Il y a deux forces antagonistes. La première pousse l’homme de derrière, depuis l’origine. La seconde barre la route devant lui. Son rêve, cependant, est de quitter d’un saut et momentanément la ligne de combat et d’être élevé, à cause de son expérience, à la position d’arbitre sur ses forces antagonistes dans leur combat l’une avec l’autre.

Ce rêve de pouvoir sortir du présent qu’évoque l’auteur du Château fait penser à celui de toute chroniqueuse ou de tout chroniqueur, de France Culture ou d’ailleurs. Tous tentent en effet, à intervalles réguliers, de se mettre en résonance avec l’actualité avec l’espoir fou de la surplomber, de s’en écarter par le haut pour mieux la voir. Par ce stratagème, ils espèrent insérer l’événement, toujours ponctuel, dans la longue ligne du temps.

Mais de quoi doivent-il parler ? Si le chroniqueur est un chroniqueur de science, alors, parfois, un sujet s’impose, par exemple lorsqu’une découverte scientifique majeure vient d’advenir. Mais en temps ordinaire, l’actualité ne déborde pas de nouvelles croustillantes en provenance de la science : malgré l’intense travail des chercheurs, ceux-ci ne découvrent pas l’équivalent du boson de Higgs ou des ondes gravitationnelles tous les quatre matins. 

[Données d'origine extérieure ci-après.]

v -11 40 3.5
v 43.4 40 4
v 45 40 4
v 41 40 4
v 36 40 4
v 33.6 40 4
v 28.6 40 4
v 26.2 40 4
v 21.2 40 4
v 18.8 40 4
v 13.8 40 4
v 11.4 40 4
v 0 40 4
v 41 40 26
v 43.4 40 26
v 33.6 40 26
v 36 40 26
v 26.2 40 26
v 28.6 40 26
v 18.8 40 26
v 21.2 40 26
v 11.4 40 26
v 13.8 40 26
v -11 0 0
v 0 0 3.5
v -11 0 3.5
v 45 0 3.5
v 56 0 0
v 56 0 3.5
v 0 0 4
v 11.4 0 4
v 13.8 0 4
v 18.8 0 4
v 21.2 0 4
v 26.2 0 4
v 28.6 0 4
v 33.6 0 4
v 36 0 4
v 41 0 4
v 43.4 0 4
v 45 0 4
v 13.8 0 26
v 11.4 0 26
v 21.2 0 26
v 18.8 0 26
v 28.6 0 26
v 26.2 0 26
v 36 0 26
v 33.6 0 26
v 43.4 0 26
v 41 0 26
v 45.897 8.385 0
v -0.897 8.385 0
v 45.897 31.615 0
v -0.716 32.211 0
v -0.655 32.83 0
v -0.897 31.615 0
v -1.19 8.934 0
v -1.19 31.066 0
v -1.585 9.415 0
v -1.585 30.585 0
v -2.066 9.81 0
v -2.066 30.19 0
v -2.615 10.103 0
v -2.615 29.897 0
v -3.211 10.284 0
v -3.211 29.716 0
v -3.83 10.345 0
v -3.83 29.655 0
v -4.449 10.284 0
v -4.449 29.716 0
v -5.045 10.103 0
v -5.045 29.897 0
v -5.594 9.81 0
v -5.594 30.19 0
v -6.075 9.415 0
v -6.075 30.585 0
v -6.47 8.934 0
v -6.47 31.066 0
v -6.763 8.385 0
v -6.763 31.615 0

Alors, souvent, le chroniqueur doit se débrouiller pour trouver un grain à moudre, une idée à creuser, un contresens à corriger, une autre façon de regarder le monde. Tantôt, il tente de déployer, en une sorte d’écho amplifié du présent, ce qui semble à peine faire signe, sans vacarme, presque en silence, en évitant autant que possible de céder à ce que Vladimir Nabokov appelait « le démon des généralités ». Tantôt, il use de l’air du temps comme d’un prétexte permettant de porter un regard scientifique, par essence décalé, sur ce qui n’a a priori rien à voir avec la science.

Mais au fond, qu’est-ce qu’une bonne chronique de science ? Et pourquoi en écrire ?

Invité : Jacques Treiner, physicien théoricien, auteur de Un peu de science ça ne peut pas faire de mal (éditions Cassini).